27 by 41.3 cm.
In the summer of 1859, Leighton spent six weeks on Capri. This stay proved to be an incredibly fertile period and produced the artist’s first dated group of oil landscapes and probably his earliest surviving examples of plein air oil sketches.
Provenance
The artist.His studio sale; Christie's, London, 11-13 July 1896, lot 13, as A Town, Capri.
with Thomas Agnew & Sons, acquired at the above sale.
Sir Thomas David Gibson Carmichael, Bt. (1859-1926), Castle Craig, Peebleshire, acquired directly from the above, 11 July 1896.
His sale; Christie's, London, 10 May 1902, lot 29, as A Town in Capri.
with Leggatt Brothers, London, acquired at the above sale.
Private collection, UK, acquired circa 1925.
By descent to the present owner.
Exhibited
London, Royal Academy, Exhibition of works by the late Lord Leighton of Stretton, Winter 1897, no. 169, as The Town of Capri.London, Tate Britain, Pre-Raphaelite Vision: Truth to Nature, 12 February-3 May 2004, also Berlin, Altes Nationalgalerie, 12 June-19 September 2004, Madrid, Fundació 'la Caixa,' 6 October 2004-9 January 2005, pp. 211-212, 223, no. 131, illustrated.
London, Leighton House, A Victorian Master: Drawings by Frederic, Lord Leighton, 8 November 2006-25 February 2007, also Scarborough, Scarborough Art Gallery 24 March-3 June 2007, Bristol, Bristol Museum and Art Gallery, 22 June-2 September 2007, Bournemouth, The Russell-Cotes Art Gallery and Museum, 10 October 2007-6 January 2008, Glasgow, The Hunterian Museum and Art Gallery, 25 January-17 April 2008, pp. 39, 41, cat. ill. 5, unnumbered, illustrated.
Literature
L. and R. Ormond, Lord Leighton, Yale, 1975, p. 153, no. 60, as Town of Capri (catalogued as untraced).Catalogue note
In the decades before and after 1800, a golden age of painting outdoors (en plein air) emerged in Italy. Artists from France, Germany, Great Britain, and Scandinavia, all eager to paint from nature flocked to Italy, where conditions were ideal to experiment with the effects of changing light on their oil sketches—small, rapidly executed paintings usually made as preparatory studies for more ambitious compositions completed in the studio. Among the artists longing to paint the sun-drenched landscapes and monuments of Italy, was the young British artist Frederic Leighton. As expressed in his diary: “Italy rises before my mind… as a never-fading, gentle-beckoning image of loveliness; I am about again to tread the soil of that beloved country, the day-dream of long years is to become a reality” (Russell Barrington, The Life, Letters and Work of Frederic Leighton, New York, I, 1906, p. 62).
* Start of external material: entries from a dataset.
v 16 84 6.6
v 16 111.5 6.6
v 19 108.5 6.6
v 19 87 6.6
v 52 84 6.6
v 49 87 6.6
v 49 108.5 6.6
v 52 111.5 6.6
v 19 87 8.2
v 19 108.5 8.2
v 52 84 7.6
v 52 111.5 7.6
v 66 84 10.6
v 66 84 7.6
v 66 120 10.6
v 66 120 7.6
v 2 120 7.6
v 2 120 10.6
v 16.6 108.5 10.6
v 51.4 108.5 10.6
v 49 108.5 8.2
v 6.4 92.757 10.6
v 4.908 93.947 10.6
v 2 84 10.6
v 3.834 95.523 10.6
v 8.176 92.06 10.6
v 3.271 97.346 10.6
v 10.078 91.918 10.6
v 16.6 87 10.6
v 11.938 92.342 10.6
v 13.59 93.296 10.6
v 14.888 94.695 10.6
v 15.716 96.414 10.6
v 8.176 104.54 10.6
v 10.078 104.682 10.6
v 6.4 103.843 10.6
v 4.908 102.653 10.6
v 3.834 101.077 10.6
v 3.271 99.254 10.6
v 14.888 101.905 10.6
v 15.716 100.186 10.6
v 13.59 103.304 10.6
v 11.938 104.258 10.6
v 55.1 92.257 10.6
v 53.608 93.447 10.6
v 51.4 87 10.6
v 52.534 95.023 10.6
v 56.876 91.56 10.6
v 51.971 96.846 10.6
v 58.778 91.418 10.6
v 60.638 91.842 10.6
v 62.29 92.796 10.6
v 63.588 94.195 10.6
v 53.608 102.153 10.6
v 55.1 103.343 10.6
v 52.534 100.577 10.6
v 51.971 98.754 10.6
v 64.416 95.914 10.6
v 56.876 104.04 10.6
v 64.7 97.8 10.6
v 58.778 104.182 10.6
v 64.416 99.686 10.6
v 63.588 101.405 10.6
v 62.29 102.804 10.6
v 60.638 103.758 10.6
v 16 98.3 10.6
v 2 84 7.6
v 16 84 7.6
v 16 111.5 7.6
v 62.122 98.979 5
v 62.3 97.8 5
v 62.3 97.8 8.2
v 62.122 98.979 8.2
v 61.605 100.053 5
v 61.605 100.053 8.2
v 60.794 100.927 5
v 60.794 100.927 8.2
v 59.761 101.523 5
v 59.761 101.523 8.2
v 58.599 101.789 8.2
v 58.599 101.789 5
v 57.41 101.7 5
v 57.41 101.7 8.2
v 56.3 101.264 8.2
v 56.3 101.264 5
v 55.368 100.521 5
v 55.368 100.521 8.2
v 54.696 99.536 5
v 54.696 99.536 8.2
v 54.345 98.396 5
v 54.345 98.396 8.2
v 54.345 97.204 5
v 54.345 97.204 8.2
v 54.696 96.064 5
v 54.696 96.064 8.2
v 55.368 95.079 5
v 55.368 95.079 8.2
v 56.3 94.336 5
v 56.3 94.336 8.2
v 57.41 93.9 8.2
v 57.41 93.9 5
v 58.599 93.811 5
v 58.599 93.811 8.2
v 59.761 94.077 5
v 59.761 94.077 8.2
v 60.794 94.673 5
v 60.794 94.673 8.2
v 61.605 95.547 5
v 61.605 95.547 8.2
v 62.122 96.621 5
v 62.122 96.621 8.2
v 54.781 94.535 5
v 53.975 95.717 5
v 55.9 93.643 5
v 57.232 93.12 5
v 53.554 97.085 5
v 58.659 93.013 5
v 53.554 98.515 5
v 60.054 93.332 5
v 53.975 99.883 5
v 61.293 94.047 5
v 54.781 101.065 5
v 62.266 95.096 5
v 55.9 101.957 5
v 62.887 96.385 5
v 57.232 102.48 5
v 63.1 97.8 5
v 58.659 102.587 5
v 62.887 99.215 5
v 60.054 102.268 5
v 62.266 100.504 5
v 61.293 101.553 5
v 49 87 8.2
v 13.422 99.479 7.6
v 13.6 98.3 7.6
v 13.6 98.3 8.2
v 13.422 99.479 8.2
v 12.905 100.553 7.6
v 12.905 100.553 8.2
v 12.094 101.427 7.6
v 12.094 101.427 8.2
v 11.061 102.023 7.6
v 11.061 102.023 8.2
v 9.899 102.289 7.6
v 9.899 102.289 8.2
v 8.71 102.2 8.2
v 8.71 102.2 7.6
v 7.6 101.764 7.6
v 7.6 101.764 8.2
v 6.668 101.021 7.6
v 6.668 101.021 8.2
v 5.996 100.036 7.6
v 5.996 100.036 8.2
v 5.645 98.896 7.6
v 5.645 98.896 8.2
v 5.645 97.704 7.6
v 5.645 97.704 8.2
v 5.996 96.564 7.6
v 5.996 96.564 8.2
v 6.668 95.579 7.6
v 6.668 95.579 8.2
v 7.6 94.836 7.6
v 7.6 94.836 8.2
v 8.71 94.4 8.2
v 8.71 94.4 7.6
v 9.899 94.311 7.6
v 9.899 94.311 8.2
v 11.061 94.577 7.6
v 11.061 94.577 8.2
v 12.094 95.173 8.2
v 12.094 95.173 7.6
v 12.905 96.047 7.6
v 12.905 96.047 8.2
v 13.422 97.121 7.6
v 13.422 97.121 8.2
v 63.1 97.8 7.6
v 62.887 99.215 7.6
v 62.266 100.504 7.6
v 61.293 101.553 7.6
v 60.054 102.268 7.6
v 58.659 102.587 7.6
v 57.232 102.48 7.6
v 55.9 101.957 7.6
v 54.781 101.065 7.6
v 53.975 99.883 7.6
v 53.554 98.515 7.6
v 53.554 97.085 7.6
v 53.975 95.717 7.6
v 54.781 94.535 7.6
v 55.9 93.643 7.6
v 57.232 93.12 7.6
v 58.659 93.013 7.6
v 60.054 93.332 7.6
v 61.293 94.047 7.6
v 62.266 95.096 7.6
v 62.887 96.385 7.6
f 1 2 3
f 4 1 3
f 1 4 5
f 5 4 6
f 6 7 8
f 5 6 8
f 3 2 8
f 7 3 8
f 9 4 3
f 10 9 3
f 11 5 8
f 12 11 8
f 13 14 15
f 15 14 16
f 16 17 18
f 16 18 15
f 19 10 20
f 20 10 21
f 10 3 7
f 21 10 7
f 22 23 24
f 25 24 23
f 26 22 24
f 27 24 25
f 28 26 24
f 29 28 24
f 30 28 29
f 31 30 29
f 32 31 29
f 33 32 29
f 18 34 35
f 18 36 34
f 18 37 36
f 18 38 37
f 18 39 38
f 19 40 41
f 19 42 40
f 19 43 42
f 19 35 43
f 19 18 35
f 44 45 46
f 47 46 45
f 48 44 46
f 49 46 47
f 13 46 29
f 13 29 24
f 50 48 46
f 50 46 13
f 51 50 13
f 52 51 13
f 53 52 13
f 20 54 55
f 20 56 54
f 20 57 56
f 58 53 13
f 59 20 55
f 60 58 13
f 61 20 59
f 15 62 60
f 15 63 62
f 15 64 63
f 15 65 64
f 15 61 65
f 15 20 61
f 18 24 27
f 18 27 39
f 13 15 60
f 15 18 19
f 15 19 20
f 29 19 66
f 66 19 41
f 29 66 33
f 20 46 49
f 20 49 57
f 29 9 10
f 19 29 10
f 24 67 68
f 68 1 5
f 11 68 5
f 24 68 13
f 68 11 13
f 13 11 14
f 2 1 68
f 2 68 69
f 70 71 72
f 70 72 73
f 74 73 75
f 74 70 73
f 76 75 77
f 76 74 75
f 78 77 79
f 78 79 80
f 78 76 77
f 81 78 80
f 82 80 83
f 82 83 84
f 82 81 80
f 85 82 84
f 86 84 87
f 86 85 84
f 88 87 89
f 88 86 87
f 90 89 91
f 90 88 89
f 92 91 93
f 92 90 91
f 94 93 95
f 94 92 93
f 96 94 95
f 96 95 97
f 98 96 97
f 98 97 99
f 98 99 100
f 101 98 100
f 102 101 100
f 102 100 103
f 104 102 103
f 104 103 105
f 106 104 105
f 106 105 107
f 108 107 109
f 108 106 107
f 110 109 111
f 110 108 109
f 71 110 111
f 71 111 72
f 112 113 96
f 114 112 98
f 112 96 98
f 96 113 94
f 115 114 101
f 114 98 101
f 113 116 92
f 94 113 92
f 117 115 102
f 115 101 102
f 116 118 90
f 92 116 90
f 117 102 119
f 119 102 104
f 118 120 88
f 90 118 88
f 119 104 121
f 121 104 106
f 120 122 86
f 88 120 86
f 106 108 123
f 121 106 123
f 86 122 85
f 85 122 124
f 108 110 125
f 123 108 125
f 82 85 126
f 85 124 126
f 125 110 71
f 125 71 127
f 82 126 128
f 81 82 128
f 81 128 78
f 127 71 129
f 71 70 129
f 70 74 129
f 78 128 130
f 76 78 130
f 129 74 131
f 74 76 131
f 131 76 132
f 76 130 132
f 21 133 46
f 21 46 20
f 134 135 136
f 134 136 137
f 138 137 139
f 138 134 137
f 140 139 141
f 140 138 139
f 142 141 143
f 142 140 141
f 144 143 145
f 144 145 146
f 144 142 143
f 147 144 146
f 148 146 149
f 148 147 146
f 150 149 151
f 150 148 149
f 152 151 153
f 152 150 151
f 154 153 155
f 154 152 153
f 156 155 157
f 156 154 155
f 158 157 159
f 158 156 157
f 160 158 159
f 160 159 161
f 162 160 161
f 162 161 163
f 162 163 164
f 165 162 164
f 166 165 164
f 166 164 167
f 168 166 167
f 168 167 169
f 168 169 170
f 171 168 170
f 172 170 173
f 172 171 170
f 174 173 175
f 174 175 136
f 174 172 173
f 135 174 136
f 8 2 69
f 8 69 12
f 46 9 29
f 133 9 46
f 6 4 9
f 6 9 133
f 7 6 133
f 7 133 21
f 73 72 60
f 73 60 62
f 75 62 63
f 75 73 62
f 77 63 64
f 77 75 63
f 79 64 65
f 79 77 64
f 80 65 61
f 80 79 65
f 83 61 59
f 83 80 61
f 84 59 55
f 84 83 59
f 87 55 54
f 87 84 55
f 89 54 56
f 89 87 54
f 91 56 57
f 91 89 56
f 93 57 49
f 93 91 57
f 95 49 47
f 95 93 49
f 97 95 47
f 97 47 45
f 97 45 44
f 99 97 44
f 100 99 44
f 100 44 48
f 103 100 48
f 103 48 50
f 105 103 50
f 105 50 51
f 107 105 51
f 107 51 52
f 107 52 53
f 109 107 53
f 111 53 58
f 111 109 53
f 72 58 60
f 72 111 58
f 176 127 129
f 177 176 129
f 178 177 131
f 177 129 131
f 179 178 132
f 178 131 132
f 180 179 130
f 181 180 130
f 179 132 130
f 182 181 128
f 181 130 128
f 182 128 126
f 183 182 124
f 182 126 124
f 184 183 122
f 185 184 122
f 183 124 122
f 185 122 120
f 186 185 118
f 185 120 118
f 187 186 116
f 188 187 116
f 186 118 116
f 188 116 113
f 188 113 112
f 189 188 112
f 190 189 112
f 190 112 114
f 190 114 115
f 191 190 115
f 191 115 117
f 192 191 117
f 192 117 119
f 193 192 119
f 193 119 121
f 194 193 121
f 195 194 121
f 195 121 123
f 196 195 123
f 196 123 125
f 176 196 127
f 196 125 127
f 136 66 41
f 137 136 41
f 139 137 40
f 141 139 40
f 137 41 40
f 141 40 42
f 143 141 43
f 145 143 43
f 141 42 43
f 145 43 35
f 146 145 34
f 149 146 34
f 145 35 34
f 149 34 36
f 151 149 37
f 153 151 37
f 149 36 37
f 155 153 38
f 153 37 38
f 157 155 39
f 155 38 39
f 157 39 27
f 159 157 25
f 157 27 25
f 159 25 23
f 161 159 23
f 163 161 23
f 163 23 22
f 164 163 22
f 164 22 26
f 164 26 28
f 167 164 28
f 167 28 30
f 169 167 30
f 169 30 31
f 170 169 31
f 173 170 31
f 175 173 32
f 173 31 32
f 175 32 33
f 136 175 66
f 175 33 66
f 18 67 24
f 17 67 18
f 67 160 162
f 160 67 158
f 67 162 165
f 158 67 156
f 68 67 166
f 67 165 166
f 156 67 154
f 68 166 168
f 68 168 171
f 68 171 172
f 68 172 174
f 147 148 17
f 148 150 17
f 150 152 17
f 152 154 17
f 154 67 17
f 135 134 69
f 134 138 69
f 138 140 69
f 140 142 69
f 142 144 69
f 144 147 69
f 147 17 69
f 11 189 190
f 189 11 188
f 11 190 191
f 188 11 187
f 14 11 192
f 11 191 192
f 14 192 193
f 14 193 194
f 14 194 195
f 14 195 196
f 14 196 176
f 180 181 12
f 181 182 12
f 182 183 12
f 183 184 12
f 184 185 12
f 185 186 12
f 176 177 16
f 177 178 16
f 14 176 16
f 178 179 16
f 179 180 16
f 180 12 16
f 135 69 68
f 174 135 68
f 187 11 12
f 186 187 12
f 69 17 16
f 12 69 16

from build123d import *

# Parameters (mm, degrees)
SKETCH038_W      = 36
SKETCH038_H      = 27.5
SKETCH038_W_2    = 30
SKETCH038_H_2    = 21.5
EXTRUDE026_DEPTH = 1
SKETCH039_R      = 4.8
SKETCH039_R_2    = 4
EXTRUDE027_DEPTH = 2.6
SKETCH037_W      = 64
SKETCH037_H      = 36
SKETCH037_R      = 4
SKETCH037_W_2    = 30
SKETCH037_H_2    = 21.5
EXTRUDE025_DEPTH = 3
CHAMFER_SIZE     = 2.4


with BuildPart() as basebevel001:
    # Sketch038 → Extrude026 (new body)
    with BuildSketch(Plane.XY):
        with Locations((34, 97.75)):
            Rectangle(SKETCH038_W, SKETCH038_H)
        with Locations((34, 97.75)):
            Rectangle(SKETCH038_W_2, SKETCH038_H_2, mode=Mode.SUBTRACT)
    extrude(amount=EXTRUDE026_DEPTH)


with BuildPart() as basebevel001_1:
    # Extrude026 placement: moved
    add(basebevel001.part.moved(Location((0, 0, 6.6))))


with BuildPart() as basebutton_t001:
    # Sketch039 → Extrude027 (new body)
    with BuildSketch(Plane.XY):
        with Locations((58.3, 97.8)):
            Circle(SKETCH039_R)
        with Locations((58.3, 97.8)):
            Circle(SKETCH039_R_2, mode=Mode.SUBTRACT)
    extrude(amount=EXTRUDE027_DEPTH)


with BuildPart() as basebutton_t001_1:
    # Extrude027 placement: moved
    add(basebutton_t001.part.moved(Location((0, 0, 5))))


with BuildPart() as ui_plate_shp:
    # Sketch037 → Extrude025 (new body)
    with BuildSketch(Plane.XY):
        with Locations((34, 102)):
            Rectangle(SKETCH037_W, SKETCH037_H)
        with Locations((9.6, 98.3)):
            Circle(SKETCH037_R, mode=Mode.SUBTRACT)
        with Locations((58.3, 97.8)):
            Circle(SKETCH037_R, mode=Mode.SUBTRACT)
        with Locations((34, 97.75)):
            Rectangle(SKETCH037_W_2, SKETCH037_H_2, mode=Mode.SUBTRACT)
    extrude(amount=EXTRUDE025_DEPTH)


with BuildPart() as ui_plate_shp_1:
    # Extrude025 placement: moved
    add(ui_plate_shp.part.moved(Location((0, 0, 7.6))))

    # Fusion015: union basebevel001, basebutton_t001
    add(basebevel001_1.part)
    add(basebutton_t001_1.part)

    # Chamfer
    chamfer_edges = [ui_plate_shp_1.edges().sort_by_distance(p)[0] for p in [
        (54.3, 97.8, 10.6),
        (5.6, 98.3, 10.6),
        (49, 97.75, 10.6),
        (19, 97.75, 10.6),
    ]]
    chamfer(chamfer_edges, length=CHAMFER_SIZE)


solid = ui_plate_shp_1.part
The style of the British painter is derived from a long tradition of landscape painting, classical in its origins as in the art of Claude and Poussin, but one which is also very modern. Leighton went beyond the mere replication of the form of landscape in the classical fashion, and sought freshness and immediacy to capture its very essence. In his oil sketches in particular, Leighton combined the principles of classical landscape --sketched landscape subjects were to become backgrounds and architectural details for figurative paintings-- with a more personal approach to nature and a poetic sense of color and light, such as introduced by the French school and Camille Corot especially.
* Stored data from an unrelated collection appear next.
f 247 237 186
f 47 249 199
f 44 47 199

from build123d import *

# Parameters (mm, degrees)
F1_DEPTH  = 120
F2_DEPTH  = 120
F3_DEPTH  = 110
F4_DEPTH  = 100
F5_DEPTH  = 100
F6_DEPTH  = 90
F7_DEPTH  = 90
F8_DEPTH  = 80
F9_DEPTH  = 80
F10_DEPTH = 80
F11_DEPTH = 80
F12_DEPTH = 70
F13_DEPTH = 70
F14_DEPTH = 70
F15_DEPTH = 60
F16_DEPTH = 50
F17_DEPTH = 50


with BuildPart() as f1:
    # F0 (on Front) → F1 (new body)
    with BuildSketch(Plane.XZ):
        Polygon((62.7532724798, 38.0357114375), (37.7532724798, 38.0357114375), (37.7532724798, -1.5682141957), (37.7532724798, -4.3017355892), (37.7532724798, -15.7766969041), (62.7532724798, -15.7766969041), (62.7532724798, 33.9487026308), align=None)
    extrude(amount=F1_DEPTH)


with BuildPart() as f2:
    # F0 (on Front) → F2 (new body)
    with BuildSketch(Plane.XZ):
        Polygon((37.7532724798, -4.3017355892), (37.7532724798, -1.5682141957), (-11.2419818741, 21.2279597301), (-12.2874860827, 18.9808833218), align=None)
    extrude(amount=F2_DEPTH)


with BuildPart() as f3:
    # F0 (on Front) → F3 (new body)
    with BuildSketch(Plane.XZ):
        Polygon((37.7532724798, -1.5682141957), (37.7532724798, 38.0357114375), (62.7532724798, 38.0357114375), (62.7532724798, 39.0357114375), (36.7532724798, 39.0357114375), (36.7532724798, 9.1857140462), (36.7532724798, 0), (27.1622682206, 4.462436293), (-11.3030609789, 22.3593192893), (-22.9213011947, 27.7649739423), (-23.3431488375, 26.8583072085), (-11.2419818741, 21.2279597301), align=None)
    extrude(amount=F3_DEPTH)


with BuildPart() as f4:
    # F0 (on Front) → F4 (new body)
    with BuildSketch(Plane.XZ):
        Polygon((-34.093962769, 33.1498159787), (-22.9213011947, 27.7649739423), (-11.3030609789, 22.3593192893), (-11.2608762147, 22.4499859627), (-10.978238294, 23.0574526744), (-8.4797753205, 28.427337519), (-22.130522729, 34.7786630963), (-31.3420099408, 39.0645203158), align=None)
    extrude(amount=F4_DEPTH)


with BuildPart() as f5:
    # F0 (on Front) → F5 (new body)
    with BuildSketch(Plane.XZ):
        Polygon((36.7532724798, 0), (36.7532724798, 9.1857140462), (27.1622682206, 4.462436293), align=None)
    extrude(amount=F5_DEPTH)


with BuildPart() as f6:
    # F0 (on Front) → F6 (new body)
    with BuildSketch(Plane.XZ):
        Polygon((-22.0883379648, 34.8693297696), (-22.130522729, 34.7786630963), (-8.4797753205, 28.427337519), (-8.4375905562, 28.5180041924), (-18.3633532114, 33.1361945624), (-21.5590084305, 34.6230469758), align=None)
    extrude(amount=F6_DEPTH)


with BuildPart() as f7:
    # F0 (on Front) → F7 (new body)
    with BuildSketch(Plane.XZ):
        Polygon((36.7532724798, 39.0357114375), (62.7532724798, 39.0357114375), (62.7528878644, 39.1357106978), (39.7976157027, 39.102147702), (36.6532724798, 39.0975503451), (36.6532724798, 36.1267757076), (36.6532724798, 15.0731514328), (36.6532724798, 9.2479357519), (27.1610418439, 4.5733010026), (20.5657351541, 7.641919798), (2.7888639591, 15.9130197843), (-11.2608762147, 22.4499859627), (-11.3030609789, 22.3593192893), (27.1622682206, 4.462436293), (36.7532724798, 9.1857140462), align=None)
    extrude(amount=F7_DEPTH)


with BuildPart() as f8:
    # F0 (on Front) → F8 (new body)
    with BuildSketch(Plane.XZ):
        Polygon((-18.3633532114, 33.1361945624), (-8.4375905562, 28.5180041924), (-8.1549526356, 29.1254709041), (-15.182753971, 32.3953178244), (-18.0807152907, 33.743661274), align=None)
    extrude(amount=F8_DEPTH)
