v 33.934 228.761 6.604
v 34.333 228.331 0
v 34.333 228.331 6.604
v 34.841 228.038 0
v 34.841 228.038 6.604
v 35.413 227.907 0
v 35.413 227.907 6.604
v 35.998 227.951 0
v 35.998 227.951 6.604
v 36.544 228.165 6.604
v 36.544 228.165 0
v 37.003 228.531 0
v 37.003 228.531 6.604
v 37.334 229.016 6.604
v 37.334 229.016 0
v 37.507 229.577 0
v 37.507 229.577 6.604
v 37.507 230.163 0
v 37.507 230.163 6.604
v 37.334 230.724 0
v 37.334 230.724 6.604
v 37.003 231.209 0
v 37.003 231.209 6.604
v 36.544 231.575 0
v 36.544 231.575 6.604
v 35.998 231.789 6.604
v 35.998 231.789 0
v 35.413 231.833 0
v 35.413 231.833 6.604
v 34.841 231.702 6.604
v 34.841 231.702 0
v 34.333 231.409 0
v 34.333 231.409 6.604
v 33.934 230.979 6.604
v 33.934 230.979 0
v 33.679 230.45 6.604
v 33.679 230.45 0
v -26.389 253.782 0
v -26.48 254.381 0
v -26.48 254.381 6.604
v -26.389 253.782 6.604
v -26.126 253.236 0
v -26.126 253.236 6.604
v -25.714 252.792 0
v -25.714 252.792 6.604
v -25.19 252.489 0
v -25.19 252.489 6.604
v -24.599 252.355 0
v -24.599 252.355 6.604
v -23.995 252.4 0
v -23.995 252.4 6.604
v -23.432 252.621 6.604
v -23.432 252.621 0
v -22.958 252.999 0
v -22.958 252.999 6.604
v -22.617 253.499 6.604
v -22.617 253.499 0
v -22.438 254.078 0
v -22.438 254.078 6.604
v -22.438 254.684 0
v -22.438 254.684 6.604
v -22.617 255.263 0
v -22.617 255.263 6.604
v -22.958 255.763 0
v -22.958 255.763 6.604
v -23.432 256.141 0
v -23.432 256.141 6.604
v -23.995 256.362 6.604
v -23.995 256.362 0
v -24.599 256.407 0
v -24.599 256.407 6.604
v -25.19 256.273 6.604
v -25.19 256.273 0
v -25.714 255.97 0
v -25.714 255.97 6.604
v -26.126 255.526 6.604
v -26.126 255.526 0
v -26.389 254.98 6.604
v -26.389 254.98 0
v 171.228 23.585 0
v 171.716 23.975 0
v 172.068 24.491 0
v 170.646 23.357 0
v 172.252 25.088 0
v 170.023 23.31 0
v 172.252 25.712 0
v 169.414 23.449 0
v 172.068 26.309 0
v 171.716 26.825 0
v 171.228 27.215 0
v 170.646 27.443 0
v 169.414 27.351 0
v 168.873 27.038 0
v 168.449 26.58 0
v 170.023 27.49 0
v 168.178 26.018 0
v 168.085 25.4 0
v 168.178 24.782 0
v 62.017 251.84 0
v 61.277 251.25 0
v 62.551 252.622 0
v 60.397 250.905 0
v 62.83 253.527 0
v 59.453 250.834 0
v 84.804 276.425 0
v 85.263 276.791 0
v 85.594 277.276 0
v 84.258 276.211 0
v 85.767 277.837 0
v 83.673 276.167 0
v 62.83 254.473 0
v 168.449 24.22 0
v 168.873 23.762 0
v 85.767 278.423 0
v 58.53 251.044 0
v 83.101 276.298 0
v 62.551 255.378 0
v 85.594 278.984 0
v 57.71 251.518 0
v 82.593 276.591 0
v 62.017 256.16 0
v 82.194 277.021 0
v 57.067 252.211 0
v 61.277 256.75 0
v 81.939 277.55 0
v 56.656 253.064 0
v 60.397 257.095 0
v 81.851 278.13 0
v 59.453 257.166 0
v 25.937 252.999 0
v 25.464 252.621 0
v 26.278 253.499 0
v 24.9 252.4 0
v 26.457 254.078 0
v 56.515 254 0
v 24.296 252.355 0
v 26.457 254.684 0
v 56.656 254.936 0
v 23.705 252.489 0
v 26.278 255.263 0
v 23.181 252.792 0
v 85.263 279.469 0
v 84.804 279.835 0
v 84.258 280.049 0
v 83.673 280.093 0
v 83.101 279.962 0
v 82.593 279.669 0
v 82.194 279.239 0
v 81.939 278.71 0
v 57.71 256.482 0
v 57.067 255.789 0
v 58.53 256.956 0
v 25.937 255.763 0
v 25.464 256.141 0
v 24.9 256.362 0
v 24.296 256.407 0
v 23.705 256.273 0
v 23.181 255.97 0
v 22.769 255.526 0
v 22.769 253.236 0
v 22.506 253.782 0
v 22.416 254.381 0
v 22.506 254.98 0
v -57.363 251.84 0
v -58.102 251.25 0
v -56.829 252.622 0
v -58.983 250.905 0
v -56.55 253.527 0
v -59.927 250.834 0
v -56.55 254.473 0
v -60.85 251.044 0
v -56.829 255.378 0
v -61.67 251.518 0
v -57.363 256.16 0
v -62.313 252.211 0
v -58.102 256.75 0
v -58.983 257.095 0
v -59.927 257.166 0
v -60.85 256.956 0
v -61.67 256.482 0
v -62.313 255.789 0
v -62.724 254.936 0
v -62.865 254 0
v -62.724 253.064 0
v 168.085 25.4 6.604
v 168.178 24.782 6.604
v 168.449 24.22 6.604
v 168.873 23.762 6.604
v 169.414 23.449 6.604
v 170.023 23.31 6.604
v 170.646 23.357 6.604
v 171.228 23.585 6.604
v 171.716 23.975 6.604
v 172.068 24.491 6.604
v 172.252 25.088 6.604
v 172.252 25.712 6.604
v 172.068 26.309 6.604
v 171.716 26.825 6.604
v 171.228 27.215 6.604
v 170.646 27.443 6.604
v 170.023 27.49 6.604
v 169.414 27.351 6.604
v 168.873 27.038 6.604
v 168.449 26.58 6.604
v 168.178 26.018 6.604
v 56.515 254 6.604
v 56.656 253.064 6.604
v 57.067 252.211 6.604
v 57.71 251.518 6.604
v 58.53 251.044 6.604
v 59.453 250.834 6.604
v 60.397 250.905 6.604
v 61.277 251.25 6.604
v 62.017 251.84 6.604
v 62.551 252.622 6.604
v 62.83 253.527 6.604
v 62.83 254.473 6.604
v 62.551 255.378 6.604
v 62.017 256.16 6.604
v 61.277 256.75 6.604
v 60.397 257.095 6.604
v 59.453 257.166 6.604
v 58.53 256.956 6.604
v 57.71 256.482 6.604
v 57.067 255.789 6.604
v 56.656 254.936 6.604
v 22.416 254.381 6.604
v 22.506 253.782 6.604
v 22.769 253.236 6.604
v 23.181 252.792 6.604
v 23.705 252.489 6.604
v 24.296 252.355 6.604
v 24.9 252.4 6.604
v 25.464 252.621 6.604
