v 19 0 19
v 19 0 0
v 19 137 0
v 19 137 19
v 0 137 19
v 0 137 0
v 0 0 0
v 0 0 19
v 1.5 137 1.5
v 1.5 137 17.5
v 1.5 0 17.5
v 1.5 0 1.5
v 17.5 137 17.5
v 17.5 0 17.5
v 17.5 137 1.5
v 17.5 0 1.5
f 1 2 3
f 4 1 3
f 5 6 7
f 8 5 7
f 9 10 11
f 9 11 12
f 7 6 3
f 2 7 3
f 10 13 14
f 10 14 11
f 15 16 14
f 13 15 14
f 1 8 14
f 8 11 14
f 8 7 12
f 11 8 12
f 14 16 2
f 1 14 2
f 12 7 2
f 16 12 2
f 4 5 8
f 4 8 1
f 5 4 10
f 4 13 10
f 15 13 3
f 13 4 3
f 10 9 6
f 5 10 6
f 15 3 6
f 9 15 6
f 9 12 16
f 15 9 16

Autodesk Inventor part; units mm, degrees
ref_plane "YZ Plane" through (0, 0, 0) normal (1, 0, 0) x (0, 1, 0)
ref_plane "XZ Plane" through (0, 0, 0) normal (0, 1, 0) x (-1, 0, 0)
ref_plane "XY Plane" through (0, 0, 0) normal (0, 0, 1) x (1, 0, 0)
sketch "Sketch2" plane through (0, 0, 0) normal (0, 0, 1) x (1, 0, 0)
  line L0 (0, 0) -> (19, 0)
  line L1 (19, 0) -> (19, 137)
  line L2 (19, 137) -> (0, 137)
  line L3 (0, 137) -> (0, 0)
  dimension "d9" = 19
  dimension "d10" = 137
extrude "Extrusion1" add sketch "Sketch2" along normal blind 19
sketch "Sketch4" plane through (0, 137, 0) normal (0, 1, 0) x (1, 0, 0)
  line L0 (19, 0) -> (0, 0) projected
  line L1 (0, 0) -> (0, -19) projected
  line L2 (19, -19) -> (0, -19) projected
  line L3 (19, 0) -> (19, -19) projected
  line L4 (1.5, -17.5) -> (1.5, -1.5)
  line L5 (1.5, -1.5) -> (17.5, -1.5)
  line L6 (17.5, -1.5) -> (17.5, -17.5)
  line L7 (17.5, -17.5) -> (1.5, -17.5)
  dimension "d11" = 1.5
extrude "Extrusion3" cut sketch "Sketch4" against normal through all contours L4 L5 L6 L7
properties part number "C009" material "Aluminum 6061"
In the summer of 1859, Leighton spent six weeks on Capri. This stay proved to be an incredibly fertile period and produced the artist’s first dated group of oil landscapes and probably his earliest surviving examples of plein air oil sketches. In this series, Leighton painstakingly recreated the various angles and aspects of the island at different times of day and under contrasting effects of light. He established the essential characteristics of his landscape art: rich, dense color is applied thickly to give a sense of the volume of buildings and to convey the textures of their materials.
Capri–Sunrise, painted from the pathway leading towards the south-eastern corner of the island and the Fariglioni Rocks, depicts the hazy glow of the early morning light. The pink and purples hues of the rising sun are still perceptible in the sky. In the middle ground stands the village of Capri, dominated by the church of San Stefano, surrounded by bright buildings made of the island’s distinctive white limestone. The effect is effortless and modern, and quite unlike anything Leighton’s fellow landscape painters were attempting.